Go through the entries below and print, exactly, the lines starting at the one with "v47 (892.175,-292.1,25.4)" and ending at the one with "face PLANE(AX(P(892.175,-279.4,12.7),D(-1,0,0),D(0,-1,0))) rev", keeping both ends and no others.

[Collected data]
= = = =
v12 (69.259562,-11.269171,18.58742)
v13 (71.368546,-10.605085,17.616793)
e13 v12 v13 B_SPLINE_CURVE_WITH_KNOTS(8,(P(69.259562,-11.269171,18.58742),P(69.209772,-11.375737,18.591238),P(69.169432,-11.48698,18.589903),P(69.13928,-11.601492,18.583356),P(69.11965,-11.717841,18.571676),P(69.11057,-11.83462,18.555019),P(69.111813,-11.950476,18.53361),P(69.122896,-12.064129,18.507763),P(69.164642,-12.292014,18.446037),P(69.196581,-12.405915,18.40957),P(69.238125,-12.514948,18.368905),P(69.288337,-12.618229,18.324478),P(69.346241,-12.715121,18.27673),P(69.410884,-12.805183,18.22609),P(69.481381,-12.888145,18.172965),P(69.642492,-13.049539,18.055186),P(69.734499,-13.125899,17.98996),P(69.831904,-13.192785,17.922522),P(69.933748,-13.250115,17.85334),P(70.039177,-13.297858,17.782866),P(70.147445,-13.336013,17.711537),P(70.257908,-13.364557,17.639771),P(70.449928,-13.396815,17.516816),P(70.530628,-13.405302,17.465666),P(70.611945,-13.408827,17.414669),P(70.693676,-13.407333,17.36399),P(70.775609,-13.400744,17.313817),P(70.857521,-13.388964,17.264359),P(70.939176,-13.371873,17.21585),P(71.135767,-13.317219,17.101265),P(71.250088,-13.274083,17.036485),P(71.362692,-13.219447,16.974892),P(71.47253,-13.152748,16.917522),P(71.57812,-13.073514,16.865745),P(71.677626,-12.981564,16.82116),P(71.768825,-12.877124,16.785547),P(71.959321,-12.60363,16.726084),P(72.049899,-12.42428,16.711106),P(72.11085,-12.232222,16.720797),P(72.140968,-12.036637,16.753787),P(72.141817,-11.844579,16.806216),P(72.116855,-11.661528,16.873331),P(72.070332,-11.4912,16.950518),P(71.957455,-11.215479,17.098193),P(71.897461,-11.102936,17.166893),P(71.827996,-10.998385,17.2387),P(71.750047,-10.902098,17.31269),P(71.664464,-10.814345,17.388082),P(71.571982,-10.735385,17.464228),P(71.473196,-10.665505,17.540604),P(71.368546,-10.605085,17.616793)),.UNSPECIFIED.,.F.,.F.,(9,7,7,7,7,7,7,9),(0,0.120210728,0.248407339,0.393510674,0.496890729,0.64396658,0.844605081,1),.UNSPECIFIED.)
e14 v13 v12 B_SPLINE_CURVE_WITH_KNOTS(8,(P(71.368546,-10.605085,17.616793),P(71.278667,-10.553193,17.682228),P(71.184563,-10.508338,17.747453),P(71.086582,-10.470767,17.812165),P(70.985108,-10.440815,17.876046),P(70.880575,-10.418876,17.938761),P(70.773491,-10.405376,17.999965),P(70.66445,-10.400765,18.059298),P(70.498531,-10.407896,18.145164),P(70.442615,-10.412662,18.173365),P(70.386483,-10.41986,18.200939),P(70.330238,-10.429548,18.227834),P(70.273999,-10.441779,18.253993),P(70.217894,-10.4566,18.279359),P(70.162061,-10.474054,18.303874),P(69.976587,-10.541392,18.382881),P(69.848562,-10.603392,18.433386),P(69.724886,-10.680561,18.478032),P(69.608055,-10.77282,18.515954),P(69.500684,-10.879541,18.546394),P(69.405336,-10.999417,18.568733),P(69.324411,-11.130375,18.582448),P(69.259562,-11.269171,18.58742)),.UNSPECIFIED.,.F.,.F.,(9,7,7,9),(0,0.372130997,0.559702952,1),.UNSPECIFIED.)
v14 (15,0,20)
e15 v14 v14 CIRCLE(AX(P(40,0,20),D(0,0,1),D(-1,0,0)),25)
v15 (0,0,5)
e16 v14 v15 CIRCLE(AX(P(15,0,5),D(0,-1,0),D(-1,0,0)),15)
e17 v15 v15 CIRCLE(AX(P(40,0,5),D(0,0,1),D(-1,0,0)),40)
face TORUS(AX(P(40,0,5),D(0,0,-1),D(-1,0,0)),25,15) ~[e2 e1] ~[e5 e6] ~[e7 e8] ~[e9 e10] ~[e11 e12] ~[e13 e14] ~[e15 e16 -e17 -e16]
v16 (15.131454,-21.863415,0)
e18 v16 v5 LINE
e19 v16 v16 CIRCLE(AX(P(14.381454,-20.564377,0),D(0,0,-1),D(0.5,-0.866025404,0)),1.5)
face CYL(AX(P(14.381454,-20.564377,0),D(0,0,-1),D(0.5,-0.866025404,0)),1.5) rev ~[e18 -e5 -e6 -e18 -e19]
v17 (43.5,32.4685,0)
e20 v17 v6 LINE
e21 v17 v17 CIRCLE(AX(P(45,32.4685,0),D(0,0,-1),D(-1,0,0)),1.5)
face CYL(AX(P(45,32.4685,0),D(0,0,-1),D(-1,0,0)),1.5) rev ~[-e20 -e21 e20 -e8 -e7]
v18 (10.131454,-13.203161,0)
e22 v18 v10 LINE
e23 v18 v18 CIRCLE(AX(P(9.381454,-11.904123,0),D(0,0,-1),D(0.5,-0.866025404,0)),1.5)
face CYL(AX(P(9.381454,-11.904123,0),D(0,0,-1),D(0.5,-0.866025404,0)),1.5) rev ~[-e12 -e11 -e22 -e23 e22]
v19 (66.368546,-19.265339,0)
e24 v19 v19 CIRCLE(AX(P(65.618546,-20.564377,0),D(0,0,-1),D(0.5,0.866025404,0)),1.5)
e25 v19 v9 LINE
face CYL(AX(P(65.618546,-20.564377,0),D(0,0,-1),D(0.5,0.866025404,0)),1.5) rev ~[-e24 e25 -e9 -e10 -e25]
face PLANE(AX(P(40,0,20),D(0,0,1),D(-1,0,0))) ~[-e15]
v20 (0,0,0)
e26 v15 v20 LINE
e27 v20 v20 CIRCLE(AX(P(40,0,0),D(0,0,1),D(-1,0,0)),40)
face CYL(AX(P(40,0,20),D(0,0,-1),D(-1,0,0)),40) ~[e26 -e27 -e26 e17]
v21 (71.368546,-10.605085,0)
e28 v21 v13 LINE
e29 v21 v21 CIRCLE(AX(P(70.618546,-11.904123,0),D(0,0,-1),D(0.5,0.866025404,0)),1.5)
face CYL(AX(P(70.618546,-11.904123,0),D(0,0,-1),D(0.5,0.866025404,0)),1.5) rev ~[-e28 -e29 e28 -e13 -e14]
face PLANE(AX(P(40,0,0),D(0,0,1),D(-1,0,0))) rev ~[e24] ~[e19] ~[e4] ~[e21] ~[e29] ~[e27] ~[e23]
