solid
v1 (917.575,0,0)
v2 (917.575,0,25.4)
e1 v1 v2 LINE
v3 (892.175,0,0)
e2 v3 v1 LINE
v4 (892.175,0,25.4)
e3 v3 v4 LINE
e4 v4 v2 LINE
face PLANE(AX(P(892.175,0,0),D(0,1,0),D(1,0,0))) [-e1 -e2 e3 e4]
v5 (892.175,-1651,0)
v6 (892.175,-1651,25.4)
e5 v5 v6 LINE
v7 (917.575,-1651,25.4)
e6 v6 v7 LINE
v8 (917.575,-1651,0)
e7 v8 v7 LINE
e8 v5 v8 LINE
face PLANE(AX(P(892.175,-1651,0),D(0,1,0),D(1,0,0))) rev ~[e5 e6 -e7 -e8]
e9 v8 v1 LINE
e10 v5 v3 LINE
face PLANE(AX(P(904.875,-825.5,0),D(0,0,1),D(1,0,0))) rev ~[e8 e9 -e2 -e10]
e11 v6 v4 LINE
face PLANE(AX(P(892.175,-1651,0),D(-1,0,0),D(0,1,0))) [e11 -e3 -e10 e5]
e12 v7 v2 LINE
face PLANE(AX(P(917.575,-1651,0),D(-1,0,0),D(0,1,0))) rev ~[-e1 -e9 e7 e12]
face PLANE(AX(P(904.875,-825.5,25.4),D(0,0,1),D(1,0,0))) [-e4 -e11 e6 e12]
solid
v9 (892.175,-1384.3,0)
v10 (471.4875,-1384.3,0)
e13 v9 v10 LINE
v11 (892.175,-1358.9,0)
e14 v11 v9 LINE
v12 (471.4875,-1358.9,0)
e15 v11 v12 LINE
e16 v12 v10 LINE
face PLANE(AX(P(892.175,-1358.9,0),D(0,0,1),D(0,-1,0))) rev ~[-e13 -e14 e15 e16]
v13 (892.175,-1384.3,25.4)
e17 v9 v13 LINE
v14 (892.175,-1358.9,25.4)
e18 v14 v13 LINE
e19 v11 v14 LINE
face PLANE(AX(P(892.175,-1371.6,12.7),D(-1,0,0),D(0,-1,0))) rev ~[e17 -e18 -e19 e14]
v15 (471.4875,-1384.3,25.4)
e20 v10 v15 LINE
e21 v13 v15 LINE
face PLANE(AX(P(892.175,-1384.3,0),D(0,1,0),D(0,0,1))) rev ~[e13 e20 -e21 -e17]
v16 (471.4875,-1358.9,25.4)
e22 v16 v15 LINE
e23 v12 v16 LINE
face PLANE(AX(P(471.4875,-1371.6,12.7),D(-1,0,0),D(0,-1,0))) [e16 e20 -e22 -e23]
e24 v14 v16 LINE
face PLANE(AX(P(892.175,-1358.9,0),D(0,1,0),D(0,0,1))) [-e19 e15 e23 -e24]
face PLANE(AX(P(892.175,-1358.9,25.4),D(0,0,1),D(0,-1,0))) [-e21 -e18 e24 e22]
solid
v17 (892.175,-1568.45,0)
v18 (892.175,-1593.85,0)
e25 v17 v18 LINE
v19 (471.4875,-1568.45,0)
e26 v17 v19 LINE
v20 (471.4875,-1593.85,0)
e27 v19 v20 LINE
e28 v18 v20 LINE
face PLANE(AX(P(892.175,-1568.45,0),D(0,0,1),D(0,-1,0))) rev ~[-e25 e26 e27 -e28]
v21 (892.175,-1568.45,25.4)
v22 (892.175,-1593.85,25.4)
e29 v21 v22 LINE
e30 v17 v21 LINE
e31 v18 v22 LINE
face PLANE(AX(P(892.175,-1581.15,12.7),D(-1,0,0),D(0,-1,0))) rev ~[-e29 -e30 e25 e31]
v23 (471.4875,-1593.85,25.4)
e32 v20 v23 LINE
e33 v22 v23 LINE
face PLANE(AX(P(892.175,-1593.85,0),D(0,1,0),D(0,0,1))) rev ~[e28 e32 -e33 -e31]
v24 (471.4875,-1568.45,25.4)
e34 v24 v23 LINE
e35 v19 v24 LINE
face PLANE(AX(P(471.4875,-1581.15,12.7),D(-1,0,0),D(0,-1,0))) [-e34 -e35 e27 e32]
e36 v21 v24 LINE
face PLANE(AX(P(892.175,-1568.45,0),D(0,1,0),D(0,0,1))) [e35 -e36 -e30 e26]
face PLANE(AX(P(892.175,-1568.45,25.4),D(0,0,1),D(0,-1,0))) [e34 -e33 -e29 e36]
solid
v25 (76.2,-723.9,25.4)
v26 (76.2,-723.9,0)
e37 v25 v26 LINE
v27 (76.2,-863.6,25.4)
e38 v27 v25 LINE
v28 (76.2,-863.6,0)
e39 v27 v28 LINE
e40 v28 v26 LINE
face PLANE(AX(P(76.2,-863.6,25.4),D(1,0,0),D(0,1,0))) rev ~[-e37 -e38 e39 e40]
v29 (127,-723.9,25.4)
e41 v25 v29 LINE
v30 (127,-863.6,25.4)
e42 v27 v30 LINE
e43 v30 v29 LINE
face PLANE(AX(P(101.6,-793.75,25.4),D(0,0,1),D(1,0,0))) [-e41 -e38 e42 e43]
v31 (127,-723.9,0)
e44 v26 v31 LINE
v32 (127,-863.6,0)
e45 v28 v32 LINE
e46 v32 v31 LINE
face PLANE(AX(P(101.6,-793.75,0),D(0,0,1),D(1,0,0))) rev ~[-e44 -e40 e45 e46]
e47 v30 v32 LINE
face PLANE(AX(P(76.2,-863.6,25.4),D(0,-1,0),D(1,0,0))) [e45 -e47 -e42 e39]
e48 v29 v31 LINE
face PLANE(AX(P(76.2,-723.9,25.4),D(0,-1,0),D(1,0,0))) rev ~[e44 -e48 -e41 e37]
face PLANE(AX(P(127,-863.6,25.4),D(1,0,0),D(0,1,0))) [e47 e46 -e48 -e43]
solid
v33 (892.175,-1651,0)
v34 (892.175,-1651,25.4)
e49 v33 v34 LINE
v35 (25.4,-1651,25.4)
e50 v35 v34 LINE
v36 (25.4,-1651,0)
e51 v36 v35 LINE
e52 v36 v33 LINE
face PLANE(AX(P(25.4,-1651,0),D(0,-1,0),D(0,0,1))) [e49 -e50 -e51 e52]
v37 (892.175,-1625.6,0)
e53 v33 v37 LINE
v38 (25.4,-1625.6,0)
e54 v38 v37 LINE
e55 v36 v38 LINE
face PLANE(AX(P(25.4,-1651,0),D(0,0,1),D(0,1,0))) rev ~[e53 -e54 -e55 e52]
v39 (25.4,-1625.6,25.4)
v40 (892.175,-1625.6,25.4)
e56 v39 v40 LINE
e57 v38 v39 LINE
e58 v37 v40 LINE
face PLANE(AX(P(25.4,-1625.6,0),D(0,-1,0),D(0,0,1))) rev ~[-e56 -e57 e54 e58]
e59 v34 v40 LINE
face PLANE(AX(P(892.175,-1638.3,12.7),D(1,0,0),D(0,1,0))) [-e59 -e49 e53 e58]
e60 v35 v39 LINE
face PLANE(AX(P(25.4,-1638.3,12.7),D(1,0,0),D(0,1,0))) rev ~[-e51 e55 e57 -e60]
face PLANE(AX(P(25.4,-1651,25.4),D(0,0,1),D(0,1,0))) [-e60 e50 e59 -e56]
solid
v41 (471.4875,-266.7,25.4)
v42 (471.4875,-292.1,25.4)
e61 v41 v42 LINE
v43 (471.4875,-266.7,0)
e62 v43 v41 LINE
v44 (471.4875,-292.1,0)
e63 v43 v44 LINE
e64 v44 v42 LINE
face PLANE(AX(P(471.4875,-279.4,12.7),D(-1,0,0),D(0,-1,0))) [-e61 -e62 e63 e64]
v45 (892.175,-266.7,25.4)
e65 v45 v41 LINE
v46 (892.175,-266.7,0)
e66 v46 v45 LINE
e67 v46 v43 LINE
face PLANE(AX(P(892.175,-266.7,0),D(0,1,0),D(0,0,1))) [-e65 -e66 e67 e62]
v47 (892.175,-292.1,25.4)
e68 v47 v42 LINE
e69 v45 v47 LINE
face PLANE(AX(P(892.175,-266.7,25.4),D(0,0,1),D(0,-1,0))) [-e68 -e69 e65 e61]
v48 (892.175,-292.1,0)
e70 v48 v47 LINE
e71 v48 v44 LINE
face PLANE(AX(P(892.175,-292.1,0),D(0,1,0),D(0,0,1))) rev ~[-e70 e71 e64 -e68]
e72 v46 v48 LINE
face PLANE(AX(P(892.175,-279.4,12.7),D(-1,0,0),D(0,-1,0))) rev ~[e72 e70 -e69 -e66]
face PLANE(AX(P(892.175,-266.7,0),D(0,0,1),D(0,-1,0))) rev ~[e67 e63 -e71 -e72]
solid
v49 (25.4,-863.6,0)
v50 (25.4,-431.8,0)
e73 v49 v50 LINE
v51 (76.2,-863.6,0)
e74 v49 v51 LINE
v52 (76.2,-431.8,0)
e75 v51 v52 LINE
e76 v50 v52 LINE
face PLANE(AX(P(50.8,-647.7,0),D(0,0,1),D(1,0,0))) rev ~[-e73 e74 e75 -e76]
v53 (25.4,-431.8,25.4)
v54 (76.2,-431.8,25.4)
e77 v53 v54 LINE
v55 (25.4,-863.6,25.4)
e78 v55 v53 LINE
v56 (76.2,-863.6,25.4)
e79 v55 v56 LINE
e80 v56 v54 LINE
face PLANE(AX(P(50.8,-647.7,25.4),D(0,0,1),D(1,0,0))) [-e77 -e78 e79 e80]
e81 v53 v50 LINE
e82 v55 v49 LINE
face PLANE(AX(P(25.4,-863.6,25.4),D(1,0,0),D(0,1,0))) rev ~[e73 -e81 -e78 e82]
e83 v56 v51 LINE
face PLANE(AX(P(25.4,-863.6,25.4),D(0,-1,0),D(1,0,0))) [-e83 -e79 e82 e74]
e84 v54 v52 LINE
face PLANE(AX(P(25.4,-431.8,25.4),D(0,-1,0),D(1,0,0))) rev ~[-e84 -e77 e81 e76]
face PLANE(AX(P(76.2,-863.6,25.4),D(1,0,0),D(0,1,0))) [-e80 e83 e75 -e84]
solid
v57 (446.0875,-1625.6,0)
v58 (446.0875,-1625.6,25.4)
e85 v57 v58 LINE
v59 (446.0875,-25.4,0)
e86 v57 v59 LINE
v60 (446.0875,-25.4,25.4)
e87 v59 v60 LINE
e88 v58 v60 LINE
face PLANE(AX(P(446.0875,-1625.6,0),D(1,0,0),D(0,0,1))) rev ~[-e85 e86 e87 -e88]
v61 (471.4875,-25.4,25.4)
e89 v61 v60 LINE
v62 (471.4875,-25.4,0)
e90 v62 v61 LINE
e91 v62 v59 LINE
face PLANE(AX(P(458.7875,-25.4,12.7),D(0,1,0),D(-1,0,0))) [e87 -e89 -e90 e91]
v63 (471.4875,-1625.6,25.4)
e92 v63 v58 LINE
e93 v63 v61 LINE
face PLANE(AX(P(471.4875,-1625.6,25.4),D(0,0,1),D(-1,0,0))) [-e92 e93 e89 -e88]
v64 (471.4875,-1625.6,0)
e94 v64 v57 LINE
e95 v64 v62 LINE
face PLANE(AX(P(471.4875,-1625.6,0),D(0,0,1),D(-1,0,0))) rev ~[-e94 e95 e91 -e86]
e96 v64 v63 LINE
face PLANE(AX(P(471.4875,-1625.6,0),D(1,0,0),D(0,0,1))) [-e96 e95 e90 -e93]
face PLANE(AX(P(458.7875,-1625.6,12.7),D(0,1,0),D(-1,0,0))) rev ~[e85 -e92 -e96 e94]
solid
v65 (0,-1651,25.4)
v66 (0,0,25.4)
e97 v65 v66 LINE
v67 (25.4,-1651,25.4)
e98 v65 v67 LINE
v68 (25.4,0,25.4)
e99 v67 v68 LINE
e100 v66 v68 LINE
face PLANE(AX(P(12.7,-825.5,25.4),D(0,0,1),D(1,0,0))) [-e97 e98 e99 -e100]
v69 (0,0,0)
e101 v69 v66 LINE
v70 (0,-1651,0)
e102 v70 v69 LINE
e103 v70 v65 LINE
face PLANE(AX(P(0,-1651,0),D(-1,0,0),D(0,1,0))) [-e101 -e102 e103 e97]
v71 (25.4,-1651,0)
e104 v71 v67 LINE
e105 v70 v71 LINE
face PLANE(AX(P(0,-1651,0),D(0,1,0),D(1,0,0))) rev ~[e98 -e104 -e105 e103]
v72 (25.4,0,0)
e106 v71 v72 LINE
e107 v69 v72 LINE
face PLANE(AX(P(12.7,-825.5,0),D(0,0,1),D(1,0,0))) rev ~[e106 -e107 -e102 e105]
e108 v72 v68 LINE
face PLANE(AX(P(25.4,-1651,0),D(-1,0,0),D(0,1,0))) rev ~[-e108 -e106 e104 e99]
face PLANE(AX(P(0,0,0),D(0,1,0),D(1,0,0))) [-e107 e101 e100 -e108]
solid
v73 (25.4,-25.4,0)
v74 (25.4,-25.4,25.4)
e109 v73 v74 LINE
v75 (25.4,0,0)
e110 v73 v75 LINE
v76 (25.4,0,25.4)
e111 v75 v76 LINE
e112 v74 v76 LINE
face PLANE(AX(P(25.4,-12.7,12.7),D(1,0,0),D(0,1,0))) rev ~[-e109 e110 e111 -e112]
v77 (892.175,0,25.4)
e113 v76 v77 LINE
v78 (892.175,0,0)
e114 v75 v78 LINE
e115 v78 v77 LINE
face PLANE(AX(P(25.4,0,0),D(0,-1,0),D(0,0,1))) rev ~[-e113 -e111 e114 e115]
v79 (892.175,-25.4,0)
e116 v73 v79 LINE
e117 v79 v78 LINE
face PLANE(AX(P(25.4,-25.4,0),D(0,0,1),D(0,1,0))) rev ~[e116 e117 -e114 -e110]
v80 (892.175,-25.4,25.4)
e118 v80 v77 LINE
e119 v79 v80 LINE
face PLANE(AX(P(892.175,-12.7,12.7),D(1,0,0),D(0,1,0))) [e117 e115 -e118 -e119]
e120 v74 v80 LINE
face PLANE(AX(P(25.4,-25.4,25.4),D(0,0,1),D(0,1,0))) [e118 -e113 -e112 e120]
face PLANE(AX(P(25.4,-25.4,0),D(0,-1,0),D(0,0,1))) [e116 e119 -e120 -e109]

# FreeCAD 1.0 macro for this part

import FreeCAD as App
import Part
import Sketcher
from FreeCAD import Vector
Q = App.Units.Quantity


def add_polygon(sketch, points):
    """Adds a closed chain of lines whose ends are joined by coincident constraints."""
    first, n = sketch.GeometryCount, len(points)
    for a, b in zip(points, points[1:] + points[:1]):
        sketch.addGeometry(Part.LineSegment(App.Vector(*a, 0), App.Vector(*b, 0)), False)
    for i in range(n):
        sketch.addConstraint(Sketcher.Constraint("Coincident", first + i, 2, first + (i + 1) % n, 1))

doc = App.newDocument("Part")
params = doc.addObject("Spreadsheet::Sheet", "Params")
for row, (alias, value) in enumerate([
    ("sketch1_width", "1 in"),
    ("sketch1_height", "65 in"),
    ("pad1_length", "1 in"),
    ("sketch2_width", "1 in"),
    ("pad2_length", "34.125 in"),
    ("sketch3_width", "1 in"),
    ("pad3_length", "63 in"),
    ("sketch4_width", "1 in"),
    ("pad4_length", "16.5625 in"),
    ("sketch5_width", "2 in"),
    ("sketch5_height", "17 in"),
    ("pad5_length", "1 in"),
    ("sketch6_width", "2 in"),
    ("sketch6_height", "5.5 in"),
    ("pad6_length", "1 in"),
], start=1):
    params.set(f"A{row}", alias)
    params.set(f"B{row}", "=" + value)
    params.setAlias(f"B{row}", alias)

body = doc.addObject("PartDesign::Body", "Body")
body.AllowCompound = True

# Sketch on XY plane
sketch1 = body.newObject("Sketcher::SketchObject", "Sketch")
sketch1.AttachmentSupport = (doc.getObject("XY_Plane"), [""])
sketch1.MapMode = "FlatFace"
add_polygon(sketch1, [(0, 0), (0, -1651), (25, -1651), (25, 0)])  # lines 0-3
add_polygon(sketch1, [(892, 0), (892, -1651), (918, -1651), (918, 0)])  # lines 4-7
sketch1.addConstraint(Sketcher.Constraint("Vertical", 0))
sketch1.addConstraint(Sketcher.Constraint("Horizontal", 1))
sketch1.addConstraint(Sketcher.Constraint("Vertical", 2))
sketch1.addConstraint(Sketcher.Constraint("Horizontal", 3))
sketch1.addConstraint(Sketcher.Constraint("Vertical", 4))
sketch1.addConstraint(Sketcher.Constraint("Horizontal", 5))
sketch1.addConstraint(Sketcher.Constraint("Vertical", 6))
sketch1.addConstraint(Sketcher.Constraint("Horizontal", 7))
sketch1.addConstraint(Sketcher.Constraint("Coincident", 3, 2, -1, 1))
sketch1.addConstraint(Sketcher.Constraint("PointOnObject", 6, 2, -1))
sketch1.addConstraint(Sketcher.Constraint("Horizontal", 1, 2, 4, 2))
= = = =
▶ **SOLUTION**
v47 (892.175,-292.1,25.4)
e68 v47 v42 LINE
e69 v45 v47 LINE
face PLANE(AX(P(892.175,-266.7,25.4),D(0,0,1),D(0,-1,0))) [-e68 -e69 e65 e61]
v48 (892.175,-292.1,0)
e70 v48 v47 LINE
e71 v48 v44 LINE
face PLANE(AX(P(892.175,-292.1,0),D(0,1,0),D(0,0,1))) rev ~[-e70 e71 e64 -e68]
e72 v46 v48 LINE
face PLANE(AX(P(892.175,-279.4,12.7),D(-1,0,0),D(0,-1,0))) rev ~[e72 e70 -e69 -e66]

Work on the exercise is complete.